Aim of the task: Starting with the line containing "face PLANE(AX(P(80,-290,0),D(-1,0,0),D(0,1,0))) [-e37" and going on through the line containing "e95 v56 v18 LINE", return the lines of the data below exactly, and only those.

==== Data section ====

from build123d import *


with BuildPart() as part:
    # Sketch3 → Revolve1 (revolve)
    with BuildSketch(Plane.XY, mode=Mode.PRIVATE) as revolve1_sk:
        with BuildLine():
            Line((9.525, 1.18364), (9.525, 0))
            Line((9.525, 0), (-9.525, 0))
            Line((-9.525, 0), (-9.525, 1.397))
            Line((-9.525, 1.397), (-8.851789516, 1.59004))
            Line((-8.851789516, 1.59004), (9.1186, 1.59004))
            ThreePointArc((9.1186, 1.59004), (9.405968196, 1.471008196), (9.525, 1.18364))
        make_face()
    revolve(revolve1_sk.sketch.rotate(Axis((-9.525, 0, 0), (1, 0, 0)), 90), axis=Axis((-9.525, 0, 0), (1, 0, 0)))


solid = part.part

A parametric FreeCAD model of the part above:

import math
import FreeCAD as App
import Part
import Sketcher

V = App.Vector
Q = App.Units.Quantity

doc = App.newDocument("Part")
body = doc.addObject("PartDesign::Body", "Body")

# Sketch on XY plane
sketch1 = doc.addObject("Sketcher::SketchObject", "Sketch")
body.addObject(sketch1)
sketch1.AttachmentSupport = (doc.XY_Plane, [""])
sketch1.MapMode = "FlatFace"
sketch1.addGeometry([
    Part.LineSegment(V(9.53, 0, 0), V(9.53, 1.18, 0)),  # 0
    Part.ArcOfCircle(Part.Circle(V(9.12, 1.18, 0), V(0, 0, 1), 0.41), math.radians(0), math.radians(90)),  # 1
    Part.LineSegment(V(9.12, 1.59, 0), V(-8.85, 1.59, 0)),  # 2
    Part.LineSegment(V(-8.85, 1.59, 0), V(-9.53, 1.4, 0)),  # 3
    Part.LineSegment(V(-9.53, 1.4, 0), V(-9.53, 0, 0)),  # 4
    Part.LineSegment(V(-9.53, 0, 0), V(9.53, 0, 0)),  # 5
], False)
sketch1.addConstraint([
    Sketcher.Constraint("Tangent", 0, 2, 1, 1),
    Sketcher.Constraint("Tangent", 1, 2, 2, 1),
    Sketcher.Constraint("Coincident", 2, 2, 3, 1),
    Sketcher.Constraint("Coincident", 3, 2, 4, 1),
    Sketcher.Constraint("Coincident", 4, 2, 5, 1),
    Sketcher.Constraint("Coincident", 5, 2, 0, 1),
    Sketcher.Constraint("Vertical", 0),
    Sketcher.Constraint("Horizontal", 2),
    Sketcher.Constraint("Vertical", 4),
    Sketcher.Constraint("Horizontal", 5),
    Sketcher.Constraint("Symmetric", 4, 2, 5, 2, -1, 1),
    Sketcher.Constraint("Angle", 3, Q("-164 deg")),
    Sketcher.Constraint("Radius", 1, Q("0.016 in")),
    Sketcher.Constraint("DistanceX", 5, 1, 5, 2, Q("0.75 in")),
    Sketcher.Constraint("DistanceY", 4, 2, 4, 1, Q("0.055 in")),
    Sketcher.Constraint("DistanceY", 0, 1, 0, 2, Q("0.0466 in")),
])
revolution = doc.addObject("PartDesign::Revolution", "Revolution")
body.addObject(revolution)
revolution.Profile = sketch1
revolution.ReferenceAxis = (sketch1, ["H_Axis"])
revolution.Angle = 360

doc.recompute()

====
==== Data section ====

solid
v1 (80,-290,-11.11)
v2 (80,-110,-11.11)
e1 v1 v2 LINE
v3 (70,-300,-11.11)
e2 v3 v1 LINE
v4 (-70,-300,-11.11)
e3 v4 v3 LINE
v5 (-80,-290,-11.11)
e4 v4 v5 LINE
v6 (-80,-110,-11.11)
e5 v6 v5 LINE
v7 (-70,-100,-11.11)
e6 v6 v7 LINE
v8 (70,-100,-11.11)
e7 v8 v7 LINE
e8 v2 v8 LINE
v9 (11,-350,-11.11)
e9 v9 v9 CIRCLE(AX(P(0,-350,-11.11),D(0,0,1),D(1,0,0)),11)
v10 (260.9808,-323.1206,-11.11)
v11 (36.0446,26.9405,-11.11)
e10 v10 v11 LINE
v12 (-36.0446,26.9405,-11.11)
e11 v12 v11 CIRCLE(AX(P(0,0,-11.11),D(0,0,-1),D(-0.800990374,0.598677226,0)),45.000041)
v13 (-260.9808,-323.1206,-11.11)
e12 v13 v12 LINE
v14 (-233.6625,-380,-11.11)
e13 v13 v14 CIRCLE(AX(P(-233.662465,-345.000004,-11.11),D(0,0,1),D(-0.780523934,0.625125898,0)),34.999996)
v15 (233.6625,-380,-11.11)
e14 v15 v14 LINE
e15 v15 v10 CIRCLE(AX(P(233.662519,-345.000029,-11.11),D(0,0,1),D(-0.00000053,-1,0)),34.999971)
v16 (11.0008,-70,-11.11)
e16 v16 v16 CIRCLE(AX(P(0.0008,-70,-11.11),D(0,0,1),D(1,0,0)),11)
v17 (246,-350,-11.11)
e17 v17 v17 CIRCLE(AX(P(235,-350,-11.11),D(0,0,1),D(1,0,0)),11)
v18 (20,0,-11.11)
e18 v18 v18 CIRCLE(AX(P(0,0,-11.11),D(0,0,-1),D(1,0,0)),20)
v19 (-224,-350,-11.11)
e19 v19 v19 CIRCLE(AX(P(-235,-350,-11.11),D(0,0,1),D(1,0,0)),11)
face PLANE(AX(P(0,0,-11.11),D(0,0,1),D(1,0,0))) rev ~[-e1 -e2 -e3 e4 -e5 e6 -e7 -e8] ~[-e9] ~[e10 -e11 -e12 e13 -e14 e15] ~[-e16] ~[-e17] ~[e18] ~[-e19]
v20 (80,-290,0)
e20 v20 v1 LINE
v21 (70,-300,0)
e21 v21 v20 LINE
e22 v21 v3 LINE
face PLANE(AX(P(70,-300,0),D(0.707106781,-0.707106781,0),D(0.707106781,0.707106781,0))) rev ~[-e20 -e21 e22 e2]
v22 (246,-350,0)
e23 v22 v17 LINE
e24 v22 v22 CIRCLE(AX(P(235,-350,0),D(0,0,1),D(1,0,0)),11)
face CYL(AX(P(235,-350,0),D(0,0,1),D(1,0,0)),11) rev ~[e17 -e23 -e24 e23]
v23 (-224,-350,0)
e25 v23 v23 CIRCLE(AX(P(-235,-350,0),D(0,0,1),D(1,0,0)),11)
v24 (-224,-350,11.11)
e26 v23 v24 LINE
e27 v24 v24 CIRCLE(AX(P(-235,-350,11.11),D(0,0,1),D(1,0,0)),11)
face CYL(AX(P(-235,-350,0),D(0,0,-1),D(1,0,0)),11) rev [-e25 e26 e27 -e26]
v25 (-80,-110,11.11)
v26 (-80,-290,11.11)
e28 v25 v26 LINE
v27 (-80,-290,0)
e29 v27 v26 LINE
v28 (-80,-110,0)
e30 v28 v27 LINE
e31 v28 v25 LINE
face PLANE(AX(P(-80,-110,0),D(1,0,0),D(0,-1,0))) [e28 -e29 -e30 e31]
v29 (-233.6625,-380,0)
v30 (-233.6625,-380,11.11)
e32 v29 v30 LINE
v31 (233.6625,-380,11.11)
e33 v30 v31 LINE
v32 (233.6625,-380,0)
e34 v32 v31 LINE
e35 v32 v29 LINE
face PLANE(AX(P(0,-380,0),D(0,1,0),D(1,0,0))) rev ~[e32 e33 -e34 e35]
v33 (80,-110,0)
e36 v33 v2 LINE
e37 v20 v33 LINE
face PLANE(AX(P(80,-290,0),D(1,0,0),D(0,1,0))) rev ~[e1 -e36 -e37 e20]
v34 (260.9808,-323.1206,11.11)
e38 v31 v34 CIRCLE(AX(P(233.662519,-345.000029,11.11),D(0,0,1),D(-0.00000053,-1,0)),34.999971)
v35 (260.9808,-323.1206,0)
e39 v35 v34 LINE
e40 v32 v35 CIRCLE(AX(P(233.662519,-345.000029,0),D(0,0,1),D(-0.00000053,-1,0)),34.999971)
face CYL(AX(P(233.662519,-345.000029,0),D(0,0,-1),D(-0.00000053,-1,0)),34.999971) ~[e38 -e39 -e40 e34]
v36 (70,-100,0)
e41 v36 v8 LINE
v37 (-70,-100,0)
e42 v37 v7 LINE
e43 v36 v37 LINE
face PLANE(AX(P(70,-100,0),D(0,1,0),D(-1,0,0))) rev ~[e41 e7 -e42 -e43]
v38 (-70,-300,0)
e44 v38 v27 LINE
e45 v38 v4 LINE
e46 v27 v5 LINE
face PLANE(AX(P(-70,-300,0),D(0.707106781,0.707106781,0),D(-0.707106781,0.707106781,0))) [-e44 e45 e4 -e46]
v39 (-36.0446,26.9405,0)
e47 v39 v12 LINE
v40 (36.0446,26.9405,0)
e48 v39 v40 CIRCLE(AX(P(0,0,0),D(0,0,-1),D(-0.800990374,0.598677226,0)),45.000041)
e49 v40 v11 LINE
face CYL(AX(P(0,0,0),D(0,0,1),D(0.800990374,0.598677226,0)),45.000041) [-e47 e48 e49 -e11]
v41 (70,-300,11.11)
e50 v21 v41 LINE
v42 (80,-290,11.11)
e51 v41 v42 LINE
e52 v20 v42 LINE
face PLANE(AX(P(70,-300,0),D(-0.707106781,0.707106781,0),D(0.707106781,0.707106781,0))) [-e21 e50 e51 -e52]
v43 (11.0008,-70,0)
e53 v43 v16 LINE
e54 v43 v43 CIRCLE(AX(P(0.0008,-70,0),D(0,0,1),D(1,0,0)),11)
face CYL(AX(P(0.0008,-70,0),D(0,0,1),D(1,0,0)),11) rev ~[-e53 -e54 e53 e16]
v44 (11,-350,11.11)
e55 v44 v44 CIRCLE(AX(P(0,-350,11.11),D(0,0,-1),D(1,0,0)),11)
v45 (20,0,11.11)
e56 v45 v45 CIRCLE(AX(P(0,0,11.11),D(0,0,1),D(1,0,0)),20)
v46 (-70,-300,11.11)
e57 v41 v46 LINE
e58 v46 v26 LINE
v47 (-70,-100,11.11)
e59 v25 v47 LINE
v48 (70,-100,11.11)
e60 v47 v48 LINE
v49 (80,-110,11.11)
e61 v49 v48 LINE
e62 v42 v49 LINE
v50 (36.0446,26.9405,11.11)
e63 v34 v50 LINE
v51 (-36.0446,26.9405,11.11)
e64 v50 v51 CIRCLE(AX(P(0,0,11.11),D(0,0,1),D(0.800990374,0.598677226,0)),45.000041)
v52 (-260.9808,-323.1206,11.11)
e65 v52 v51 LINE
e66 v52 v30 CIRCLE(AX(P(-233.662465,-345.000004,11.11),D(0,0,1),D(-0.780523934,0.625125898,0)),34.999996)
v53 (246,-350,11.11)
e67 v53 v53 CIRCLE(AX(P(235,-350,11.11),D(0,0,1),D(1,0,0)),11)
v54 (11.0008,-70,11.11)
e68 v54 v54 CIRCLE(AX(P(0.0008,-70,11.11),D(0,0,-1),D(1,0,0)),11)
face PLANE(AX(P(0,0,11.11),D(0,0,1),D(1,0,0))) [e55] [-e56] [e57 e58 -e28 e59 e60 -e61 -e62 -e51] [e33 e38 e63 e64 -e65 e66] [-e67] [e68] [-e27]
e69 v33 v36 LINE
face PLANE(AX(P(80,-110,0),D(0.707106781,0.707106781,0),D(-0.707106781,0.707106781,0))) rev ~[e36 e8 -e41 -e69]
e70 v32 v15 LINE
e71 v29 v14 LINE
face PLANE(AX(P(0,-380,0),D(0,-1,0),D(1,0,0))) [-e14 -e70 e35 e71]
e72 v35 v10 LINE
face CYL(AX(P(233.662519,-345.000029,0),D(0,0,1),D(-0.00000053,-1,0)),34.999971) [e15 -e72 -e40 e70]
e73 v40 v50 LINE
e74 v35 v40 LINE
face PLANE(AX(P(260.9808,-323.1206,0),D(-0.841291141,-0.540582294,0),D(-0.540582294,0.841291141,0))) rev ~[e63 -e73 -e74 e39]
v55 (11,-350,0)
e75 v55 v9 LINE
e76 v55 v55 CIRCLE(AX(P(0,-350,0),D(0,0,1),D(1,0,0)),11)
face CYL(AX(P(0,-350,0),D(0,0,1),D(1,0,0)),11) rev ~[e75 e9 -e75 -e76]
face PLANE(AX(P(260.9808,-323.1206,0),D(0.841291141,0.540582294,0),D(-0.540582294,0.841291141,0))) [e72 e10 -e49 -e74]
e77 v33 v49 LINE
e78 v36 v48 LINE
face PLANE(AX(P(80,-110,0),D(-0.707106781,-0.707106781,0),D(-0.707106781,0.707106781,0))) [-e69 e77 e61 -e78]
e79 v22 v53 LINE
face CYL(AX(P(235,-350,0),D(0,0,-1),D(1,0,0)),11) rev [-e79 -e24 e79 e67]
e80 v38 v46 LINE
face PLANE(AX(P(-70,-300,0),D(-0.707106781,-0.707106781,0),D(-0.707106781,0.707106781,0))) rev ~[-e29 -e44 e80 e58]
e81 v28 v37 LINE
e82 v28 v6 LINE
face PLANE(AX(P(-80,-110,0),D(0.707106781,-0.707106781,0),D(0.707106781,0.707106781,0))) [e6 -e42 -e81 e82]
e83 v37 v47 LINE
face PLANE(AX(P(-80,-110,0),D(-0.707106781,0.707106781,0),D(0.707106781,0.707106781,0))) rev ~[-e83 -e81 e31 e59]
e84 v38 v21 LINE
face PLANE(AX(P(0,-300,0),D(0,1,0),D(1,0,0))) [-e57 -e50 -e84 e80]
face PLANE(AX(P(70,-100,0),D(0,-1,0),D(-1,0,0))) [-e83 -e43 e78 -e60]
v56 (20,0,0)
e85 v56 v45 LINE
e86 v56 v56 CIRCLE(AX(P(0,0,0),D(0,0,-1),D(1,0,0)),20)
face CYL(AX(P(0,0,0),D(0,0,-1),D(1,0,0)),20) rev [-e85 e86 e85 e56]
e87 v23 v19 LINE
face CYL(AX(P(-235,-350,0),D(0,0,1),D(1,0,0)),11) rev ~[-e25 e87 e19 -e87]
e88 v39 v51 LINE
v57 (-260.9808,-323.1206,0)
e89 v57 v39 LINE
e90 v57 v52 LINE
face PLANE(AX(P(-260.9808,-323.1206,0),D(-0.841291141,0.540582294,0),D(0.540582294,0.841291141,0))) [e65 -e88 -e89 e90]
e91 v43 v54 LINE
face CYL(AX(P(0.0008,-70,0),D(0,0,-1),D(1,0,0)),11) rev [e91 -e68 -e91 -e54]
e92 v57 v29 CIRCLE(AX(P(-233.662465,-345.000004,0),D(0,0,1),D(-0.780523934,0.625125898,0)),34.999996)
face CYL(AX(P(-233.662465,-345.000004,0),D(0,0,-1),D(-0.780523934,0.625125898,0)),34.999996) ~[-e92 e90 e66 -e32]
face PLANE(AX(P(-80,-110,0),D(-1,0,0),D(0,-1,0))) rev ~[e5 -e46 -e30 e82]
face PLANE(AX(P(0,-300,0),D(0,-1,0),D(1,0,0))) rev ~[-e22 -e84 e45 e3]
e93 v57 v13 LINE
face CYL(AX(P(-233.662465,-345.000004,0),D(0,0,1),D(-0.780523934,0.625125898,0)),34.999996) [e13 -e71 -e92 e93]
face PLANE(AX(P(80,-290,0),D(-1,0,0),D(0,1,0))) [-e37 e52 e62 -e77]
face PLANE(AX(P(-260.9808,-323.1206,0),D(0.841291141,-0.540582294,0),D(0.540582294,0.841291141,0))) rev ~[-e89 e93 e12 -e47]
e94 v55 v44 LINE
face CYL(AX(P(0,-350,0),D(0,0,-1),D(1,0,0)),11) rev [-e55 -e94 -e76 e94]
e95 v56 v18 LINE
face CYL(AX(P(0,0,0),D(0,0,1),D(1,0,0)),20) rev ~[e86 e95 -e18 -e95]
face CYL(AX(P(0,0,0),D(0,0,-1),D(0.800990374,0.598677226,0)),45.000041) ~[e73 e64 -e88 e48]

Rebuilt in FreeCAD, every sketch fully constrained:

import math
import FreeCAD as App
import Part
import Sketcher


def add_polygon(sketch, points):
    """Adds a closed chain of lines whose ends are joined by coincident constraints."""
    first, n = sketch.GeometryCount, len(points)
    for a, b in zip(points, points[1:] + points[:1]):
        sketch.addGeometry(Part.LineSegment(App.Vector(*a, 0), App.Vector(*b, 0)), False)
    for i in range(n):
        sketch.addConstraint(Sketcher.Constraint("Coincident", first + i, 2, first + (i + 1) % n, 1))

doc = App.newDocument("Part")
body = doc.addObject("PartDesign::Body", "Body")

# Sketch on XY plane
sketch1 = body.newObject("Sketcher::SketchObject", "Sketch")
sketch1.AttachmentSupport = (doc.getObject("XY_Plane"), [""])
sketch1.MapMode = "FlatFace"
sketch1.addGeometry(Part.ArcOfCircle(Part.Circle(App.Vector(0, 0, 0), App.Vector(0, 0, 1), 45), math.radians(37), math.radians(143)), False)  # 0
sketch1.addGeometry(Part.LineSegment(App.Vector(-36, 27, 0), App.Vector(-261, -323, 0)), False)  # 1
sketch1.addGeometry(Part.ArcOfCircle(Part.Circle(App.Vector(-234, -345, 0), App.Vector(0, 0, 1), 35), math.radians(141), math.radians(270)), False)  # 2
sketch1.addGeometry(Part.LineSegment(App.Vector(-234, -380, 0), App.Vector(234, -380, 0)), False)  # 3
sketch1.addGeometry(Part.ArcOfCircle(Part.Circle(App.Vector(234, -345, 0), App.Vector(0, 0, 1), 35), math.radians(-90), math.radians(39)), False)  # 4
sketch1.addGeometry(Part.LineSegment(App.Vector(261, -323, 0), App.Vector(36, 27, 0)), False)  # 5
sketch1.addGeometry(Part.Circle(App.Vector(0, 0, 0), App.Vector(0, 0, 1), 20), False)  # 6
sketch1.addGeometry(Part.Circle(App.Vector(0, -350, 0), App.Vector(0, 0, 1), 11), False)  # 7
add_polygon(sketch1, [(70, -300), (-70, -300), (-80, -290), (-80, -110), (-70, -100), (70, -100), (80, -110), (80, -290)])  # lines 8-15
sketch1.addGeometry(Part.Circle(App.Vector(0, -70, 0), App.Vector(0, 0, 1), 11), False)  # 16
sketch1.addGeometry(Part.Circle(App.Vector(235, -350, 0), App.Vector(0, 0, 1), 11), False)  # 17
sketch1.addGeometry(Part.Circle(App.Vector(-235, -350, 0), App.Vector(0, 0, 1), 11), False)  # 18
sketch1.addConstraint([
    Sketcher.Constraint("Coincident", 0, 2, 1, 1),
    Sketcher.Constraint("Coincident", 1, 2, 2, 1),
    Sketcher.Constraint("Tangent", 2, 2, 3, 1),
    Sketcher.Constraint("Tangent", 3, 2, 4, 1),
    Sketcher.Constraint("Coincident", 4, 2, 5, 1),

====

Task solution:
face PLANE(AX(P(80,-290,0),D(-1,0,0),D(0,1,0))) [-e37 e52 e62 -e77]
face PLANE(AX(P(-260.9808,-323.1206,0),D(0.841291141,-0.540582294,0),D(0.540582294,0.841291141,0))) rev ~[-e89 e93 e12 -e47]
e94 v55 v44 LINE
face CYL(AX(P(0,-350,0),D(0,0,-1),D(1,0,0)),11) rev [-e55 -e94 -e76 e94]
e95 v56 v18 LINE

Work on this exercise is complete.